Figure 2 Results of training the Uni-Mol model using the BindingNet v2 dataset. A. It shows the similarity distribution (Tanimoto coefficient, Tc) of ligands in the PoseBusters v1 test set and ligands in the PDB (2019 version) dataset. Low-similarity ligands (Tc < 0.3) account for a large proportion; B. The prediction performance of the Uni-Mol model on training sets with different similarities (based on PDBbind v2020). The prediction success rate decreases as the similarity decreases; C. After introducing a larger dataset (such as BindingNet v2), the prediction success rate of Uni-Mol increases from 38.55% to 64.25%; D. The performance comparison between AlphaFold3 and Uni-Mol (combined with PDBbind + BindingNet v2). Uni-Mol performs better in binding site prediction and chemical rationality verification.
Conclusion
Research shows that the BindingNet v2 dataset, through its large scale, high diversity, and innovative construction method, provides rich training data for deep learning models and significantly improves the performance of protein-ligand binding site prediction. Especially in the application verification of the Uni-Mol model, the BindingNet v2 dataset not only improves the model's generalization ability for low-similarity molecules but also lays a foundation for its practical application in drug research and development scenarios.

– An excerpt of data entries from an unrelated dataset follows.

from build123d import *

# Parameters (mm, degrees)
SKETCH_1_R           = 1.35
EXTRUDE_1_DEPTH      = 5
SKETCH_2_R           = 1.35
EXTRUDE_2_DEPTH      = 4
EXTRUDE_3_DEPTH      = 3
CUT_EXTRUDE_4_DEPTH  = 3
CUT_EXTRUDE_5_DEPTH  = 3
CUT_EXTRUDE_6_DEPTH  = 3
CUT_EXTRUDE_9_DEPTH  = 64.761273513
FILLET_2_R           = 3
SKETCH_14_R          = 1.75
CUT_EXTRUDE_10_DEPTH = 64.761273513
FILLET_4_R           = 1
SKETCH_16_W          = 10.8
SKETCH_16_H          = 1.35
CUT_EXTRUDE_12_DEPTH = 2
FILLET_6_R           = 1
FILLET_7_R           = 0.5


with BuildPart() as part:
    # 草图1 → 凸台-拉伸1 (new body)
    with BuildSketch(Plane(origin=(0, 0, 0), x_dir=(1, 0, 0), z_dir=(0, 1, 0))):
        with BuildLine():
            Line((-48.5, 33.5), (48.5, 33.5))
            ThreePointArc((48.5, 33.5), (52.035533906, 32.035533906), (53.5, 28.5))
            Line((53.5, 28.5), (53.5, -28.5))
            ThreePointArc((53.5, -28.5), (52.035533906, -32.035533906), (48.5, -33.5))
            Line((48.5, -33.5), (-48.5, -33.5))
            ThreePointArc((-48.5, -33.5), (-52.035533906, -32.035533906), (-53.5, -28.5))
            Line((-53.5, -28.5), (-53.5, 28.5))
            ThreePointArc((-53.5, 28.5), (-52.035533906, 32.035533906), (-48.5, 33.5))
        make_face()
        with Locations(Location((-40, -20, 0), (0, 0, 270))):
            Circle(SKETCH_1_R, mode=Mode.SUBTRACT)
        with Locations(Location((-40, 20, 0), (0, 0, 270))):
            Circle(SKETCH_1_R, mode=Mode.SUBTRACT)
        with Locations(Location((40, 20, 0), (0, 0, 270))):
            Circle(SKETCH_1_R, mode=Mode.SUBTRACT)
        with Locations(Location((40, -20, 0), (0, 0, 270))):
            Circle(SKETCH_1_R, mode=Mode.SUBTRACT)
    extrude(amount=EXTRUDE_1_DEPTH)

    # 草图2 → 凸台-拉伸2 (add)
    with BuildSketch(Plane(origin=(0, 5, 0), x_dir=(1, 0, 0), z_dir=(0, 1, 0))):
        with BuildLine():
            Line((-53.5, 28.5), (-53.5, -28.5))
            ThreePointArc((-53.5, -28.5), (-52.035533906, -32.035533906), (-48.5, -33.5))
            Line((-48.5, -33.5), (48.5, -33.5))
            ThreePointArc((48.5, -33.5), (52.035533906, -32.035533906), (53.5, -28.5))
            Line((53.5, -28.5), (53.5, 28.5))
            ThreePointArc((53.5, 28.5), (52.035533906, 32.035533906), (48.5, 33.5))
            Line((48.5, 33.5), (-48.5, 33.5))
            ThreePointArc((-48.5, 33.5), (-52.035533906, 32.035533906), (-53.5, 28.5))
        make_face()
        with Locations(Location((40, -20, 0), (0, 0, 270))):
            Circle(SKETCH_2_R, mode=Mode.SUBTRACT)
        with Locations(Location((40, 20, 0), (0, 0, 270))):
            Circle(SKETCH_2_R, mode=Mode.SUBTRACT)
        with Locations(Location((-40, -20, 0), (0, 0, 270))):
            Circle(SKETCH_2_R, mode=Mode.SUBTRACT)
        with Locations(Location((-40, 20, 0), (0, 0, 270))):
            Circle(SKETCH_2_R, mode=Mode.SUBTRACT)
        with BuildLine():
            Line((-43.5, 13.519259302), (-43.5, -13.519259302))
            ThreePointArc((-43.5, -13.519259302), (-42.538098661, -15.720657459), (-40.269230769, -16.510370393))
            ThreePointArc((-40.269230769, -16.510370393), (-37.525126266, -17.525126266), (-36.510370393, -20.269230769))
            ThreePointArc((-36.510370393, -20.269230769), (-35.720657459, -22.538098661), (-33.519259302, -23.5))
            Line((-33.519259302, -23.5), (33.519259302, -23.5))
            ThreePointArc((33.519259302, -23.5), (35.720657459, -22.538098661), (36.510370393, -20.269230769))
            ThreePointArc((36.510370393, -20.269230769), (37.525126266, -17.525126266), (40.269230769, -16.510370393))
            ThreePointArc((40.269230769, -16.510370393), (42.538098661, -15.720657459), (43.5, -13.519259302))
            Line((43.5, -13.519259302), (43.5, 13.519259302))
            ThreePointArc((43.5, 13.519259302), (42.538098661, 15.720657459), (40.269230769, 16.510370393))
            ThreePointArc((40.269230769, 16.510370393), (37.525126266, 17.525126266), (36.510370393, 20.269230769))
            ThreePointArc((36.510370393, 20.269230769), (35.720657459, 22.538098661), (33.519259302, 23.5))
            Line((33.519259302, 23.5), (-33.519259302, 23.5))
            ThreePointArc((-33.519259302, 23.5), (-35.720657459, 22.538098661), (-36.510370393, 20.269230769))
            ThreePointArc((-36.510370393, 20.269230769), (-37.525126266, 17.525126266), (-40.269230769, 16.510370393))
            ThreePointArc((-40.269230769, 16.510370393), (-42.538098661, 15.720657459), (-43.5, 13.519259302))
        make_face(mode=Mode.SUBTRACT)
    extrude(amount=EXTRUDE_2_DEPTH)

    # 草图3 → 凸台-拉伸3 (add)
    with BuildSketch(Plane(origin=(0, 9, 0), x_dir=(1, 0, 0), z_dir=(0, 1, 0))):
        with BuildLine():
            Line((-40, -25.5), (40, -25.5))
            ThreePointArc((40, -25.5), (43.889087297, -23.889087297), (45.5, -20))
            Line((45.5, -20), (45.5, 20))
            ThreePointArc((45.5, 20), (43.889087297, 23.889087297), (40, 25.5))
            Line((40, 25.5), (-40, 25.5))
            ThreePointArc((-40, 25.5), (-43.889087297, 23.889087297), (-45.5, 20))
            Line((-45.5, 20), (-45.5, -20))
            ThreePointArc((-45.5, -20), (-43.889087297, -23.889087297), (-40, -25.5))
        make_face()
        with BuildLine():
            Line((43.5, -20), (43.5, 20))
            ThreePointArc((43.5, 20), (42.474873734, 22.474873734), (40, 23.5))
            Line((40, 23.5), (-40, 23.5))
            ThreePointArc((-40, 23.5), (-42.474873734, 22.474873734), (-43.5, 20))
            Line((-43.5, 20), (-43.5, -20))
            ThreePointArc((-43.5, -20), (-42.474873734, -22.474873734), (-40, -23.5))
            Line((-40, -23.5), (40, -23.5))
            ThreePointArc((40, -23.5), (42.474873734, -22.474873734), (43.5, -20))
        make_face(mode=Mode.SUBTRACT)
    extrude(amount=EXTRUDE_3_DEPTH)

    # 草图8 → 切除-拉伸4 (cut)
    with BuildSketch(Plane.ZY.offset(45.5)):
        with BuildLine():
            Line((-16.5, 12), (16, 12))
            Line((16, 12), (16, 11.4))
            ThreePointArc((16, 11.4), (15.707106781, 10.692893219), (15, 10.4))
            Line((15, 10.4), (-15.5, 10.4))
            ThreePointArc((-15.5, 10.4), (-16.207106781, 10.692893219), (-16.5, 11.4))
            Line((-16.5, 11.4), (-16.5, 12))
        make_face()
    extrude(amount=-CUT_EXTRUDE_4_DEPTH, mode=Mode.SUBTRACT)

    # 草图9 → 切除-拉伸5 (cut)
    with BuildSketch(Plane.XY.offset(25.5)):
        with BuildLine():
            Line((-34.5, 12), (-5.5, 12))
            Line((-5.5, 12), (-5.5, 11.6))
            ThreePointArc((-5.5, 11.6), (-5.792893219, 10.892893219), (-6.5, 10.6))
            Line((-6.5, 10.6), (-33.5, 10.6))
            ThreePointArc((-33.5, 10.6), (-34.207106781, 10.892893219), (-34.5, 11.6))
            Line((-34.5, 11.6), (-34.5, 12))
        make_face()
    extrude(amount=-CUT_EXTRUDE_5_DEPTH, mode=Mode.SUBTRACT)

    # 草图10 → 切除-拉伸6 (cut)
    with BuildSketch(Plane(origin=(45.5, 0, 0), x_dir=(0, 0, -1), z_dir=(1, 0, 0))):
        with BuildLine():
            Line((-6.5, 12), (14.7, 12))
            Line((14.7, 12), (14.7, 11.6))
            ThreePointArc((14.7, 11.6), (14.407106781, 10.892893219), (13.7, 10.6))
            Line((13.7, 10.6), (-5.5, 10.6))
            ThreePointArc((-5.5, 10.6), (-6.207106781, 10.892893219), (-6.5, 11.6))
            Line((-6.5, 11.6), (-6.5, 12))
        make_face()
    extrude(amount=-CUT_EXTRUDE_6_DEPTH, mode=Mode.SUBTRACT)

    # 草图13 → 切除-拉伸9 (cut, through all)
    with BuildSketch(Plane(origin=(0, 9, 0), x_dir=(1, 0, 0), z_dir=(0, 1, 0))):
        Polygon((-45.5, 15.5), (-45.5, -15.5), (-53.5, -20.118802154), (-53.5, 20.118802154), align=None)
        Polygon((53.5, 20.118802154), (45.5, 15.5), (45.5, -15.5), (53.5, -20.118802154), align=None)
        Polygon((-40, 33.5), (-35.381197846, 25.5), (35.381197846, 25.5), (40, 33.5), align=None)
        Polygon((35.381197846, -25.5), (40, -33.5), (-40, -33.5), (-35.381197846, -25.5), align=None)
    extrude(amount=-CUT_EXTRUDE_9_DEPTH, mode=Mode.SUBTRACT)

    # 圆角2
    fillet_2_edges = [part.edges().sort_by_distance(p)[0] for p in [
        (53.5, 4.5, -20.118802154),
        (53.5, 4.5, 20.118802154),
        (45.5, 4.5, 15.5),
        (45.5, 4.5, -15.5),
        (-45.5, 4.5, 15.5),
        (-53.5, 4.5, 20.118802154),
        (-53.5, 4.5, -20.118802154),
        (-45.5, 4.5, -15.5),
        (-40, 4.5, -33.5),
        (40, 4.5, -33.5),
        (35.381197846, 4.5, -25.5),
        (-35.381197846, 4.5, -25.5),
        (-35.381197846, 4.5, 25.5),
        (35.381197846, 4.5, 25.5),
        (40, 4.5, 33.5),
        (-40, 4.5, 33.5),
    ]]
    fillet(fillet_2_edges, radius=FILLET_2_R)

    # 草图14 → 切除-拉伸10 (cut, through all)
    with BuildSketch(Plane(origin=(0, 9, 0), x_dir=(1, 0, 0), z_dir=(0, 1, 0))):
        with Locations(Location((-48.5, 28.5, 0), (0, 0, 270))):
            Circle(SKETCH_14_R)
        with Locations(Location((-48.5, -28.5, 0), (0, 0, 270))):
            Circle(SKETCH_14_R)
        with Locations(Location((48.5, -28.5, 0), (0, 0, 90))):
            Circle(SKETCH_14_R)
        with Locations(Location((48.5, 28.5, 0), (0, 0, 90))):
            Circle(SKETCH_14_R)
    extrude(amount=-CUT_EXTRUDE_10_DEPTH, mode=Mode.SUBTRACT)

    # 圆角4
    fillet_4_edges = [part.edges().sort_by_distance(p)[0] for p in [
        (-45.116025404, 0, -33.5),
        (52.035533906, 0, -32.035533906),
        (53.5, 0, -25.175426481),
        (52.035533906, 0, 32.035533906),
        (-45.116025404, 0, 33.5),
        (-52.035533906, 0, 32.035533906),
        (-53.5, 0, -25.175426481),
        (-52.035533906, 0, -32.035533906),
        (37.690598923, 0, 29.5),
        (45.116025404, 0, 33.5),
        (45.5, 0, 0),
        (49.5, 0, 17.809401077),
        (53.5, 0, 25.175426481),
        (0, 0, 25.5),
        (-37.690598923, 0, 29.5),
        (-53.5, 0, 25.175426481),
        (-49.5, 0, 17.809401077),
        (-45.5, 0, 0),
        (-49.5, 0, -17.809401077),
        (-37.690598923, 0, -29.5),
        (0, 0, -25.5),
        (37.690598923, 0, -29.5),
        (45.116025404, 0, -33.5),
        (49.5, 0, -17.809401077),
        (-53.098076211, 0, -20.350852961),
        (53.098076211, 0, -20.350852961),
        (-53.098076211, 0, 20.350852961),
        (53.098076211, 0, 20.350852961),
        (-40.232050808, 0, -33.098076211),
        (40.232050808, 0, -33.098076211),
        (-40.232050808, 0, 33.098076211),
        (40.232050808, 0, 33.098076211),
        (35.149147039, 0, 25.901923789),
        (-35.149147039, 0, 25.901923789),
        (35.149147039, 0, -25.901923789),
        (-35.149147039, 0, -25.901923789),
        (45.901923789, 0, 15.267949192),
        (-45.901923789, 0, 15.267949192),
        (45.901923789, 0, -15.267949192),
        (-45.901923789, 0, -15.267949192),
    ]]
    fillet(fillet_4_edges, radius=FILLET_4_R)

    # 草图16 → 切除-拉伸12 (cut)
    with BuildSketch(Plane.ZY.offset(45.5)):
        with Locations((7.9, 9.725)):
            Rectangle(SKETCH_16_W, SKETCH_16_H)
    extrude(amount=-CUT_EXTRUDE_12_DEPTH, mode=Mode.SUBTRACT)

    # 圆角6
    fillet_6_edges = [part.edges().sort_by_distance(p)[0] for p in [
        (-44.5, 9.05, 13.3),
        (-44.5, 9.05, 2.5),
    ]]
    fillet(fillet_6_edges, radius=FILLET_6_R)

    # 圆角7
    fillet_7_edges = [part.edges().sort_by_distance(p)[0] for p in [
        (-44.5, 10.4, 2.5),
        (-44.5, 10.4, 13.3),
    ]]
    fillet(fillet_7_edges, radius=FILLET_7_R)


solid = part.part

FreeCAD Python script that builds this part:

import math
import FreeCAD as App
import Part
import Sketcher
from FreeCAD import Vector
Q = App.Units.Quantity


def edges_at(feature, points):
    """Names of the edges that pass closest to the given points."""
    edges = feature.Shape.Edges
    near = lambda p: min(range(len(edges)), key=lambda i: edges[i].distToShape(Part.Vertex(*p))[0])
    return sorted({f"Edge{near(p) + 1}" for p in points})

doc = App.newDocument("Part")
body = doc.addObject("PartDesign::Body", "Body")

# Sketch on XZ plane
sketch1 = body.newObject("Sketcher::SketchObject", "Sketch")
sketch1.AttachmentSupport = (doc.getObject("XZ_Plane"), [""])
sketch1.MapMode = "FlatFace"
sketch1.addGeometry([
    Part.LineSegment(Vector(48.5, -33.5, 0), Vector(-48.5, -33.5, 0)),  # 0
    Part.ArcOfCircle(Part.Circle(Vector(-48.5, -28.5, 0), Vector(0, 0, 1), 5), math.radians(180), math.radians(270)),  # 1
    Part.LineSegment(Vector(-53.5, -28.5, 0), Vector(-53.5, 28.5, 0)),  # 2
    Part.ArcOfCircle(Part.Circle(Vector(-48.5, 28.5, 0), Vector(0, 0, 1), 5), math.radians(90), math.radians(180)),  # 3
    Part.LineSegment(Vector(-48.5, 33.5, 0), Vector(48.5, 33.5, 0)),  # 4
    Part.ArcOfCircle(Part.Circle(Vector(48.5, 28.5, 0), Vector(0, 0, 1), 5), math.radians(0), math.radians(90)),  # 5
    Part.LineSegment(Vector(53.5, 28.5, 0), Vector(53.5, -28.5, 0)),  # 6
    Part.ArcOfCircle(Part.Circle(Vector(48.5, -28.5, 0), Vector(0, 0, 1), 5), math.radians(-90), math.radians(0)),  # 7
    Part.Circle(Vector(40, 20, 0), Vector(0, 0, 1), 1.4),  # 8
    Part.Circle(Vector(-40, 20, 0), Vector(0, 0, 1), 1.4),  # 9
    Part.Circle(Vector(40, -20, 0), Vector(0, 0, 1), 1.4),  # 10
    Part.Circle(Vector(-40, -20, 0), Vector(0, 0, 1), 1.4),  # 11
], False)
sketch1.addConstraint([
    Sketcher.Constraint("Tangent", 0, 2, 1, 2),
    Sketcher.Constraint("Tangent", 1, 1, 2, 1),
    Sketcher.Constraint("Tangent", 2, 2, 3, 2),
    Sketcher.Constraint("Tangent", 3, 1, 4, 1),
    Sketcher.Constraint("Tangent", 4, 2, 5, 2),
    Sketcher.Constraint("Tangent", 5, 1, 6, 1),
    Sketcher.Constraint("Tangent", 6, 2, 7, 2),
    Sketcher.Constraint("Tangent", 7, 1, 0, 1),
    Sketcher.Constraint("Horizontal", 0),
    Sketcher.Constraint("Vertical", 2),
    Sketcher.Constraint("Horizontal", 4),
    Sketcher.Constraint("Vertical", 6),
    Sketcher.Constraint("Equal", 1, 3),
    Sketcher.Constraint("Equal", 3, 5),
    Sketcher.Constraint("Equal", 5, 7),
    Sketcher.Constraint("Equal", 8, 9),
    Sketcher.Constraint("Equal", 9, 10),
    Sketcher.Constraint("Equal", 10, 11),
    Sketcher.Constraint("Symmetric", 1, 3, 5, 3, -1, 1),
    Sketcher.Constraint("Symmetric", 9, 3, 10, 3, -1, 1),
    Sketcher.Constraint("Symmetric", 8, 3, 11, 3, -1, 1),
    Sketcher.Constraint("Symmetric", 8, 3, 9, 3, -2),
    Sketcher.Constraint("Radius", 1, Q("5 mm")),
    Sketcher.Constraint("Diameter", 8, Q("2.7 mm")),
    Sketcher.Constraint("DistanceX", 0, 2, 0, 1, Q("97 mm")),
    Sketcher.Constraint("DistanceY", 2, 1, 2, 2, Q("57 mm")),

However, the research also reveals some directions that need further optimization. For expanding the chemical and target space, in the future, it is possible to combine larger-scale virtual docking data and prediction structures such as AlphaFold to further enhance data diversity. Secondly, inactive data can be added to enhance the model's adaptability to virtual screening tasks. Finally, deeply integrating physics-based optimization tools with deep learning models can further improve the accuracy and physical rationality of prediction results.
The collaborative innovation of BindingNet v2 and the Uni-Mol model provides a powerful tool for the intelligent and efficient development of drugs. Future research is expected to play a greater potential in structure-based drug design and virtual screening.